_Exercise instructions_
Restate the data that follows exactly as it stands, beginning with the first line and ending with the line that contains "-23.4131214314), (25.4887329966, -18.9229933709))".

_Stored data_
--------------------------------------------------

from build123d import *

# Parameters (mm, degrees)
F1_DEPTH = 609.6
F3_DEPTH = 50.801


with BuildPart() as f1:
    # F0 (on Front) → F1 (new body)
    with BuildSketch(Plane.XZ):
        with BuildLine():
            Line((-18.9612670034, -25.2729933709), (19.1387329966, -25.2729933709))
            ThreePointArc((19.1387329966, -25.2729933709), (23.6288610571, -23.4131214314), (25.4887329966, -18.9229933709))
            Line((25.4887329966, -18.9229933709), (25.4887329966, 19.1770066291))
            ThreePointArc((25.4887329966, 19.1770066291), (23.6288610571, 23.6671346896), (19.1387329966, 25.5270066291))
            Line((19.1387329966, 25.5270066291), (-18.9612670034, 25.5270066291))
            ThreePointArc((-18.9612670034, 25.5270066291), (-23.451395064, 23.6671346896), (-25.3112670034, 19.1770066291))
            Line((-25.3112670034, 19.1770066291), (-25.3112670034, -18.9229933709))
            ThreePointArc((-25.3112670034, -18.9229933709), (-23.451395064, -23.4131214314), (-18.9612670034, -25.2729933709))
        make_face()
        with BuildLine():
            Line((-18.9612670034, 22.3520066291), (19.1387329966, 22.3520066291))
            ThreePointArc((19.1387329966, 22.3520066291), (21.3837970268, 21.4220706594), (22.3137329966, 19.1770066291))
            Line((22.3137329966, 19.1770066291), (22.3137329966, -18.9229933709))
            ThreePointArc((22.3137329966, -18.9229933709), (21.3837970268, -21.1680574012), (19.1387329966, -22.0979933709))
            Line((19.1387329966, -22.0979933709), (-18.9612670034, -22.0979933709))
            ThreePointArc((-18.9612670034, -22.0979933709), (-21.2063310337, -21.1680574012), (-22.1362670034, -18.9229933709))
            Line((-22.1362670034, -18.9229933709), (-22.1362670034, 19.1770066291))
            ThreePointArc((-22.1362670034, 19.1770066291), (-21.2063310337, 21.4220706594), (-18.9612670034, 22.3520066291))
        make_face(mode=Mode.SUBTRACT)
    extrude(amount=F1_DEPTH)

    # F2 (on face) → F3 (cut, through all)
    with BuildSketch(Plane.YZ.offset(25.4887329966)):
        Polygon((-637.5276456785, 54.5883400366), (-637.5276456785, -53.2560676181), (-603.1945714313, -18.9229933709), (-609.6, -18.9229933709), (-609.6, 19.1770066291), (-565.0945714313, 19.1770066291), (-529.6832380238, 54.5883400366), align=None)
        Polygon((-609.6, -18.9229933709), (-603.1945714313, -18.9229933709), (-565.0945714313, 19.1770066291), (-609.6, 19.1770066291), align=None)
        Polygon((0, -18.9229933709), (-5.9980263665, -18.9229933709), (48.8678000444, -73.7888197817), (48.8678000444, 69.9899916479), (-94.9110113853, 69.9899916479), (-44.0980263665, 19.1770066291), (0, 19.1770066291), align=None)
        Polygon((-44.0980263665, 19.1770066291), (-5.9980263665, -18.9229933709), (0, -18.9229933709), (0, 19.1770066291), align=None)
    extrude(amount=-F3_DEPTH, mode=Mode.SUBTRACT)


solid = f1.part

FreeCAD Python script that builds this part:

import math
import FreeCAD as App
import Part
import Sketcher
Q = App.Units.Quantity

doc = App.newDocument("Part")
params = doc.addObject("Spreadsheet::Sheet", "Params")
for row, (alias, value) in enumerate([
    ("sketch1_radius", "0.25 in"),
    ("sketch1_width", "1.5 in"),
    ("sketch1_radius2", "0.125 in"),
    ("pad1_length", "24 in"),
], start=1):
    params.set(f"A{row}", alias)
    params.set(f"B{row}", "=" + value)
    params.setAlias(f"B{row}", alias)

body = doc.addObject("PartDesign::Body", "Body")

sketch1 = body.newObject("Sketcher::SketchObject", "Sketch")
sketch1.AttachmentSupport = (doc.getObject("XZ_Plane"), [""])
sketch1.MapMode = "FlatFace"
sketch1.addGeometry([
    Part.LineSegment(App.Vector(-19, -25.3, 0), App.Vector(19.1, -25.3, 0)),
    Part.ArcOfCircle(Part.Circle(App.Vector(19.1, -18.9, 0), App.Vector(0, 0, 1), 6.3), math.radians(-90), math.radians(0)),
    Part.LineSegment(App.Vector(25.5, -18.9, 0), App.Vector(25.5, 19.2, 0)),
    Part.ArcOfCircle(Part.Circle(App.Vector(19.1, 19.2, 0), App.Vector(0, 0, 1), 6.3), math.radians(0), math.radians(90)),
    Part.LineSegment(App.Vector(19.1, 25.5, 0), App.Vector(-19, 25.5, 0)),
    Part.ArcOfCircle(Part.Circle(App.Vector(-19, 19.2, 0), App.Vector(0, 0, 1), 6.3), math.radians(90), math.radians(180)),
    Part.LineSegment(App.Vector(-25.3, 19.2, 0), App.Vector(-25.3, -18.9, 0)),
    Part.ArcOfCircle(Part.Circle(App.Vector(-19, -18.9, 0), App.Vector(0, 0, 1), 6.3), math.radians(180), math.radians(270)),
    Part.ArcOfCircle(Part.Circle(App.Vector(-19, 19.2, 0), App.Vector(0, 0, 1), 3.2), math.radians(90), math.radians(180)),
    Part.LineSegment(App.Vector(-19, 22.4, 0), App.Vector(19.1, 22.4, 0)),
    Part.ArcOfCircle(Part.Circle(App.Vector(19.1, 19.2, 0), App.Vector(0, 0, 1), 3.2), math.radians(0), math.radians(90)),
    Part.LineSegment(App.Vector(22.3, 19.2, 0), App.Vector(22.3, -18.9, 0)),
    Part.ArcOfCircle(Part.Circle(App.Vector(19.1, -18.9, 0), App.Vector(0, 0, 1), 3.2), math.radians(-90), math.radians(0)),
    Part.LineSegment(App.Vector(19.1, -22.1, 0), App.Vector(-19, -22.1, 0)),
    Part.ArcOfCircle(Part.Circle(App.Vector(-19, -18.9, 0), App.Vector(0, 0, 1), 3.2), math.radians(180), math.radians(270)),
    Part.LineSegment(App.Vector(-22.1, -18.9, 0), App.Vector(-22.1, 19.2, 0)),
], False)
sketch1.addConstraint([
    Sketcher.Constraint("Tangent", 0, 2, 1, 1),
    Sketcher.Constraint("Tangent", 1, 2, 2, 1),
    Sketcher.Constraint("Tangent", 2, 2, 3, 1),
    Sketcher.Constraint("Tangent", 3, 2, 4, 1),
    Sketcher.Constraint("Tangent", 4, 2, 5, 1),
    Sketcher.Constraint("Tangent", 5, 2, 6, 1),
    Sketcher.Constraint("Tangent", 6, 2, 7, 1),
    Sketcher.Constraint("Tangent", 7, 2, 0, 1),
    Sketcher.Constraint("Tangent", 8, 1, 9, 1),
    Sketcher.Constraint("Tangent", 9, 2, 10, 2),
    Sketcher.Constraint("Tangent", 10, 1, 11, 1),
    Sketcher.Constraint("Tangent", 11, 2, 12, 2),
    Sketcher.Constraint("Tangent", 12, 1, 13, 1),
    Sketcher.Constraint("Tangent", 13, 2, 14, 2),
    Sketcher.Constraint("Tangent", 14, 1, 15, 1),
    Sketcher.Constraint("Tangent", 15, 2, 8, 2),
    Sketcher.Constraint("Horizontal", 0),
    Sketcher.Constraint("Vertical", 2),
    Sketcher.Constraint("Horizontal", 4),
    Sketcher.Constraint("Vertical", 6),
    Sketcher.Constraint("Horizontal", 9),
    Sketcher.Constraint("Vertical", 11),
    Sketcher.Constraint("Horizontal", 13),
    Sketcher.Constraint("Vertical", 15),
    Sketcher.Constraint("Coincident", 8, 3, 5, 3),
    Sketcher.Constraint("Coincident", 10, 3, 3, 3),
    Sketcher.Constraint("Coincident", 12, 3, 1, 3),
    Sketcher.Constraint("Equal", 1, 3),
    Sketcher.Constraint("Equal", 3, 5),
    Sketcher.Constraint("Equal", 5, 7),
    Sketcher.Constraint("Equal", 12, 14),
    Sketcher.Constraint("Equal", 13, 2),
    Sketcher.Constraint("Radius", 1, Q("0.25 in")),
    Sketcher.Constraint("DistanceX", 0, 1, 0, 2, Q("1.5 in")),
    Sketcher.Constraint("Radius", 8, Q("0.125 in")),
    Sketcher.Constraint("DistanceX", -1, 1, 1, 3, Q("19.138733 mm")),
    Sketcher.Constraint("DistanceY", 1, 3, -1, 1, Q("18.922993 mm")),
])
sketch1.setExpression("Constraints[32]", "Params.sketch1_radius")
sketch1.setExpression("Constraints[33]", "Params.sketch1_width")
sketch1.setExpression("Constraints[34]", "Params.sketch1_radius2")
pad1 = body.newObject("PartDesign::Pad", "Pad")
pad1.Profile = sketch1
pad1.setExpression("Length", "Params.pad1_length")

sketch2 = body.newObject("Sketcher::SketchObject", "Sketch001")
sketch2.AttachmentSupport = (doc.getObject("YZ_Plane"), [""])
sketch2.MapMode = "FlatFace"
sketch2.AttachmentOffset = App.Placement(App.Vector(0, 0, 25.488733), App.Rotation())
sketch2.addGeometry([
    Part.LineSegment(App.Vector(-638, 55, 0), App.Vector(-638, -53, 0)),
    Part.LineSegment(App.Vector(-638, -53, 0), App.Vector(-530, 55, 0)),
    Part.LineSegment(App.Vector(-530, 55, 0), App.Vector(-638, 55, 0)),
    Part.LineSegment(App.Vector(49, -74, 0), App.Vector(49, 70, 0)),
    Part.LineSegment(App.Vector(49, 70, 0), App.Vector(-95, 70, 0)),
    Part.LineSegment(App.Vector(-95, 70, 0), App.Vector(49, -74, 0)),
], False)
sketch2.addConstraint([
    Sketcher.Constraint("Coincident", 0, 2, 1, 1),
    Sketcher.Constraint("Coincident", 1, 2, 2, 1),
    Sketcher.Constraint("Coincident", 2, 2, 0, 1),
    Sketcher.Constraint("Coincident", 3, 2, 4, 1),
    Sketcher.Constraint("Coincident", 4, 2, 5, 1),
    Sketcher.Constraint("Coincident", 5, 2, 3, 1),
    Sketcher.Constraint("Vertical", 0),
    Sketcher.Constraint("Horizontal", 2),
    Sketcher.Constraint("Vertical", 3),
    Sketcher.Constraint("Horizontal", 4),
    Sketcher.Constraint("Perpendicular", 1, 5),
    Sketcher.Constraint("Equal", 2, 0),
    Sketcher.Constraint("DistanceX", 1, 2, 3, 2, Q("22.7775999 in")),
    Sketcher.Constraint("DistanceX", 4, 2, 4, 1, Q("143.778811 mm")),
    Sketcher.Constraint("DistanceX", -1, 1, 3, 2, Q("48.8678 mm")),
    Sketcher.Constraint("DistanceX", 2, 2, 2, 1, Q("107.844408 mm")),
    Sketcher.Constraint("DistanceY", -1, 1, 1, 2, Q("54.58834 mm")),
    Sketcher.Constraint("DistanceY", -1, 1, 3, 2, Q("69.989992 mm")),
])
pocket1 = body.newObject("PartDesign::Pocket", "Pocket")
pocket1.Profile = sketch2
pocket1.Type = "ThroughAll"

doc.recompute()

--------------------------------------------------

_Your solution_
from build123d import *

# Parameters (mm, degrees)
F1_DEPTH = 609.6
F3_DEPTH = 50.801


with BuildPart() as f1:
    # F0 (on Front) → F1 (new body)
    with BuildSketch(Plane.XZ):
        with BuildLine():
            Line((-18.9612670034, -25.2729933709), (19.1387329966, -25.2729933709))
            ThreePointArc((19.1387329966, -25.2729933709), (23.6288610571, -23.4131214314), (25.4887329966, -18.9229933709))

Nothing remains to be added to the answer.